[R-C] BoF approved

Mo Zanaty (mzanaty) mzanaty at cisco.com
Mon Jul 23 04:14:46 CEST 2012


This happens all the time today. All widely deployed video communication products/services have some form of adaptive rate behavior, usually employing a combination of standard and proprietary feedback. When you mix vendors, only the standard feedback works. But the response to standard feedback is not standardized, so you get different behavior/rates on each side. RMCAT should avoid this chaos by specifying behavior in the absence of some or all of the newly standardized feedback, which will look just like unknown proprietary feedback to the non-RMCAT side.

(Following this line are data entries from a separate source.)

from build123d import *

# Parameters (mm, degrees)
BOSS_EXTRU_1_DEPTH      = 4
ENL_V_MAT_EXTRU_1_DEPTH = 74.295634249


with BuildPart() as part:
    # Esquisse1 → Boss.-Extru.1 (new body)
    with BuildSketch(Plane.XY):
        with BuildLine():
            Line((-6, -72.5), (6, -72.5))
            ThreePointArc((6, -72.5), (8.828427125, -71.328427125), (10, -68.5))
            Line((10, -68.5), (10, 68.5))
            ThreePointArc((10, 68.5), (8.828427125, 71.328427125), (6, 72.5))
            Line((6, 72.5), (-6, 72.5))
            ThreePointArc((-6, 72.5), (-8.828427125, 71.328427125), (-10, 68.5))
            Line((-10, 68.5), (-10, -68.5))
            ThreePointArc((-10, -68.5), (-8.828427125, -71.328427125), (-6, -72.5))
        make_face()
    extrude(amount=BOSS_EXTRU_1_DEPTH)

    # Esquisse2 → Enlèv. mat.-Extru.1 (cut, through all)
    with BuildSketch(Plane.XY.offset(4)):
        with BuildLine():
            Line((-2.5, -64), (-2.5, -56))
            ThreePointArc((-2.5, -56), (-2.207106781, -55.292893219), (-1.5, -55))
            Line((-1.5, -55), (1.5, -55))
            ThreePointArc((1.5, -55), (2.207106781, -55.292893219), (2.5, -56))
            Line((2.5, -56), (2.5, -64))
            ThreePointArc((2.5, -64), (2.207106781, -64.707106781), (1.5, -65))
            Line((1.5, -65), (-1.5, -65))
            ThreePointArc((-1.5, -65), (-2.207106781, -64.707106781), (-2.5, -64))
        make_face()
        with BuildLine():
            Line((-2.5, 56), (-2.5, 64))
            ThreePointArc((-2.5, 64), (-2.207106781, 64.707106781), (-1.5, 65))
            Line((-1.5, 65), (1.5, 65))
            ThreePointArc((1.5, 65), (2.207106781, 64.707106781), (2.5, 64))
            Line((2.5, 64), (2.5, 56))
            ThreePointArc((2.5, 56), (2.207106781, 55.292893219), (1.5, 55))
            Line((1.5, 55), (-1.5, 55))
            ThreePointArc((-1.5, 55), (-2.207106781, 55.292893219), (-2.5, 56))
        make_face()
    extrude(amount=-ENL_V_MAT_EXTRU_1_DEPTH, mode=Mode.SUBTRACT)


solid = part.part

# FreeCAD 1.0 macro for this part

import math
import FreeCAD as App
import Part
import Sketcher
from FreeCAD import Vector

doc = App.newDocument("Part")
params = doc.addObject("Spreadsheet::Sheet", "Params")
for row, (alias, value) in enumerate([
    ("sketch1_radius", "4 mm"),
    ("sketch1_width", "12 mm"),
    ("sketch1_height", "137 mm"),
    ("pad1_length", "4 mm"),
    ("sketch2_radius", "1 mm"),
    ("sketch2_width", "3 mm"),
    ("sketch2_height", "8 mm"),
], start=1):
    params.set(f"A{row}", alias)
    params.set(f"B{row}", "=" + value)
    params.setAlias(f"B{row}", alias)

body = doc.addObject("PartDesign::Body", "Body")

sketch1 = doc.addObject("Sketcher::SketchObject", "Sketch")
body.addObject(sketch1)
sketch1.AttachmentSupport = (doc.XY_Plane, [""])
sketch1.MapMode = "FlatFace"
sketch1.addGeometry([
    Part.LineSegment(Vector(-6, -72.5, 0), Vector(6, -72.5, 0)),
    Part.ArcOfCircle(Part.Circle(Vector(6, -68.5, 0), Vector(0, 0, 1), 4), math.radians(-90), math.radians(0)),
    Part.LineSegment(Vector(10, -68.5, 0), Vector(10, 68.5, 0)),
    Part.ArcOfCircle(Part.Circle(Vector(6, 68.5, 0), Vector(0, 0, 1), 4), math.radians(0), math.radians(90)),
    Part.LineSegment(Vector(6, 72.5, 0), Vector(-6, 72.5, 0)),
    Part.ArcOfCircle(Part.Circle(Vector(-6, 68.5, 0), Vector(0, 0, 1), 4), math.radians(90), math.radians(180)),
    Part.LineSegment(Vector(-10, 68.5, 0), Vector(-10, -68.5, 0)),
    Part.ArcOfCircle(Part.Circle(Vector(-6, -68.5, 0), Vector(0, 0, 1), 4), math.radians(180), math.radians(270)),
], False)
sketch1.addConstraint([
    Sketcher.Constraint("Tangent", 0, 2, 1, 1),
    Sketcher.Constraint("Tangent", 1, 2, 2, 1),
    Sketcher.Constraint("Tangent", 2, 2, 3, 1),
    Sketcher.Constraint("Tangent", 3, 2, 4, 1),
    Sketcher.Constraint("Tangent", 4, 2, 5, 1),
    Sketcher.Constraint("Tangent", 5, 2, 6, 1),
    Sketcher.Constraint("Tangent", 6, 2, 7, 1),
    Sketcher.Constraint("Tangent", 7, 2, 0, 1),
    Sketcher.Constraint("Horizontal", 0),
    Sketcher.Constraint("Vertical", 2),
    Sketcher.Constraint("Horizontal", 4),
    Sketcher.Constraint("Vertical", 6),
    Sketcher.Constraint("Equal", 1, 3),
    Sketcher.Constraint("Equal", 3, 5),
    Sketcher.Constraint("Equal", 5, 7),
    Sketcher.Constraint("Symmetric", 1, 3, 5, 3, -1, 1),
    Sketcher.Constraint("Radius", 1, 4.0),
    Sketcher.Constraint("DistanceX", 0, 1, 0, 2, 12.0),
    Sketcher.Constraint("DistanceY", 2, 1, 2, 2, 137.0),
])
sketch1.setExpression("Constraints[16]", "Params.sketch1_radius")
sketch1.setExpression("Constraints[17]", "Params.sketch1_width")
sketch1.setExpression("Constraints[18]", "Params.sketch1_height")
pad1 = doc.addObject("PartDesign::Pad", "Pad")
body.addObject(pad1)
pad1.Profile = sketch1
pad1.setExpression("Length", "Params.pad1_length")

sketch2 = doc.addObject("Sketcher::SketchObject", "Sketch001")
body.addObject(sketch2)
sketch2.AttachmentSupport = (doc.XY_Plane, [""])
sketch2.MapMode = "FlatFace"
sketch2.AttachmentOffset = App.Placement(Vector(0, 0, 4), App.Rotation())
sketch2.addGeometry([
    Part.LineSegment(Vector(-2.5, -56, 0), Vector(-2.5, -64, 0)),
    Part.ArcOfCircle(Part.Circle(Vector(-1.5, -64, 0), Vector(0, 0, 1), 1), math.radians(-180), math.radians(-90)),
    Part.LineSegment(Vector(-1.5, -65, 0), Vector(1.5, -65, 0)),
    Part.ArcOfCircle(Part.Circle(Vector(1.5, -64, 0), Vector(0, 0, 1), 1), math.radians(-90), math.radians(0)),
    Part.LineSegment(Vector(2.5, -64, 0), Vector(2.5, -56, 0)),
    Part.ArcOfCircle(Part.Circle(Vector(1.5, -56, 0), Vector(0, 0, 1), 1), math.radians(0), math.radians(90)),
    Part.LineSegment(Vector(1.5, -55, 0), Vector(-1.5, -55, 0)),
    Part.ArcOfCircle(Part.Circle(Vector(-1.5, -56, 0), Vector(0, 0, 1), 1), math.radians(90), math.radians(180)),
    Part.LineSegment(Vector(-2.5, 64, 0), Vector(-2.5, 56, 0)),
    Part.ArcOfCircle(Part.Circle(Vector(-1.5, 56, 0), Vector(0, 0, 1), 1), math.radians(-180), math.radians(-90)),
    Part.LineSegment(Vector(-1.5, 55, 0), Vector(1.5, 55, 0)),
    Part.ArcOfCircle(Part.Circle(Vector(1.5, 56, 0), Vector(0, 0, 1), 1), math.radians(-90), math.radians(0)),
    Part.LineSegment(Vector(2.5, 56, 0), Vector(2.5, 64, 0)),
    Part.ArcOfCircle(Part.Circle(Vector(1.5, 64, 0), Vector(0, 0, 1), 1), math.radians(0), math.radians(90)),
    Part.LineSegment(Vector(1.5, 65, 0), Vector(-1.5, 65, 0)),
    Part.ArcOfCircle(Part.Circle(Vector(-1.5, 64, 0), Vector(0, 0, 1), 1), math.radians(90), math.radians(180)),
], False)
sketch2.addConstraint([
    Sketcher.Constraint("Tangent", 0, 2, 1, 1),
    Sketcher.Constraint("Tangent", 1, 2, 2, 1),
    Sketcher.Constraint("Tangent", 2, 2, 3, 1),
    Sketcher.Constraint("Tangent", 3, 2, 4, 1),
    Sketcher.Constraint("Tangent", 4, 2, 5, 1),
    Sketcher.Constraint("Tangent", 5, 2, 6, 1),
    Sketcher.Constraint("Tangent", 6, 2, 7, 1),
    Sketcher.Constraint("Tangent", 7, 2, 0, 1),
    Sketcher.Constraint("Tangent", 8, 2, 9, 1),
    Sketcher.Constraint("Tangent", 9, 2, 10, 1),
    Sketcher.Constraint("Tangent", 10, 2, 11, 1),
    Sketcher.Constraint("Tangent", 11, 2, 12, 1),
    Sketcher.Constraint("Tangent", 12, 2, 13, 1),
    Sketcher.Constraint("Tangent", 13, 2, 14, 1),
    Sketcher.Constraint("Tangent", 14, 2, 15, 1),
    Sketcher.Constraint("Tangent", 15, 2, 8, 1),
    Sketcher.Constraint("Vertical", 0),
    Sketcher.Constraint("Horizontal", 2),
    Sketcher.Constraint("Vertical", 4),
    Sketcher.Constraint("Horizontal", 6),
    Sketcher.Constraint("Vertical", 8),
    Sketcher.Constraint("Horizontal", 10),
    Sketcher.Constraint("Vertical", 12),
    Sketcher.Constraint("Horizontal", 14),
    Sketcher.Constraint("Equal", 1, 3),
    Sketcher.Constraint("Equal", 3, 5),
    Sketcher.Constraint("Equal", 5, 7),
    Sketcher.Constraint("Equal", 7, 9),
    Sketcher.Constraint("Equal", 9, 11),
    Sketcher.Constraint("Equal", 11, 13),
    Sketcher.Constraint("Equal", 13, 15),
    Sketcher.Constraint("Symmetric", 5, 3, 9, 3, -1, 1),
    Sketcher.Constraint("Symmetric", 1, 3, 13, 3, -1, 1),
    Sketcher.Constraint("Vertical", 7, 3, 9, 3),
    Sketcher.Constraint("Radius", 1, 1.0),
    Sketcher.Constraint("DistanceX", 2, 1, 2, 2, 3.0),
    Sketcher.Constraint("DistanceY", 0, 2, 0, 1, 8.0),
    Sketcher.Constraint("DistanceY", 1, 3, -1, 1, 64.0),
])
sketch2.setExpression("Constraints[34]", "Params.sketch2_radius")
sketch2.setExpression("Constraints[35]", "Params.sketch2_width")
sketch2.setExpression("Constraints[36]", "Params.sketch2_height")
pocket1 = doc.addObject("PartDesign::Pocket", "Pocket")
body.addObject(pocket1)
pocket1.Profile = sketch2
pocket1.Type = "ThroughAll"

doc.recompute()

We should first focus on getting the right standard in place for RMCAT on both sides. But then we should also specify interop behavior with non-RMCAT peers. 

Mo

-----Original Message-----
From: rtp-congestion-bounces at alvestrand.no [mailto:rtp-congestion-bounces at alvestrand.no] On Behalf Of Michael Welzl
Sent: Sunday, July 22, 2012 9:01 AM
To: Randell Jesup
Cc: rtp-congestion at alvestrand.no
Subject: Re: [R-C] BoF approved

 On Sun, 22 Jul 2012 08:40:32 -0400, Randell Jesup 
 <randell-ietf at jesup.org> wrote:
> On 7/21/2012 4:46 PM, Mo Zanaty (mzanaty) wrote:
>> Michael Welzl <michawe at ifi.uio.no>  wrote:
>>> Just to be clear, what is the scenario you're envisioning? An
>>> application where one side does new-rmcat-congestion-control and 
>>> the
>>> other side doesn't, and the new side has to make the most out of 
>>> the
>>> feedback that it gets from the other?
>> Right.
>
> Since RTP flows are typically negotiated, it may be reasonable to
> assume that the rmcat-capable side knows it's talking to a
> non-rmcat-capable source (or even without negotiation, that it will
> know quickly).  Or the behavior could be turned on by the first
> exchange of RTCP feedback messages specific to rmcat - there are a
> number of options.

 So I'm trying to understand how one could recommend a specific behavior 
 for such a case. We are facing a situation where we may not get enough 
 feedback. Say, we get way too little feedback: the IETF-conformant 
 (TCP-friendly) thing to do, then, is to assume loss and react by at 
 least halving the send rate. This may not be attractive for the 
 application at all, depending very much on the content and on the 
 likelihood that missing feedback is due to the other side sending little 
 vs. loss from the network.

 All in all, I'm having trouble imagining that some reasonable general 
 behavior can be recommended for this case.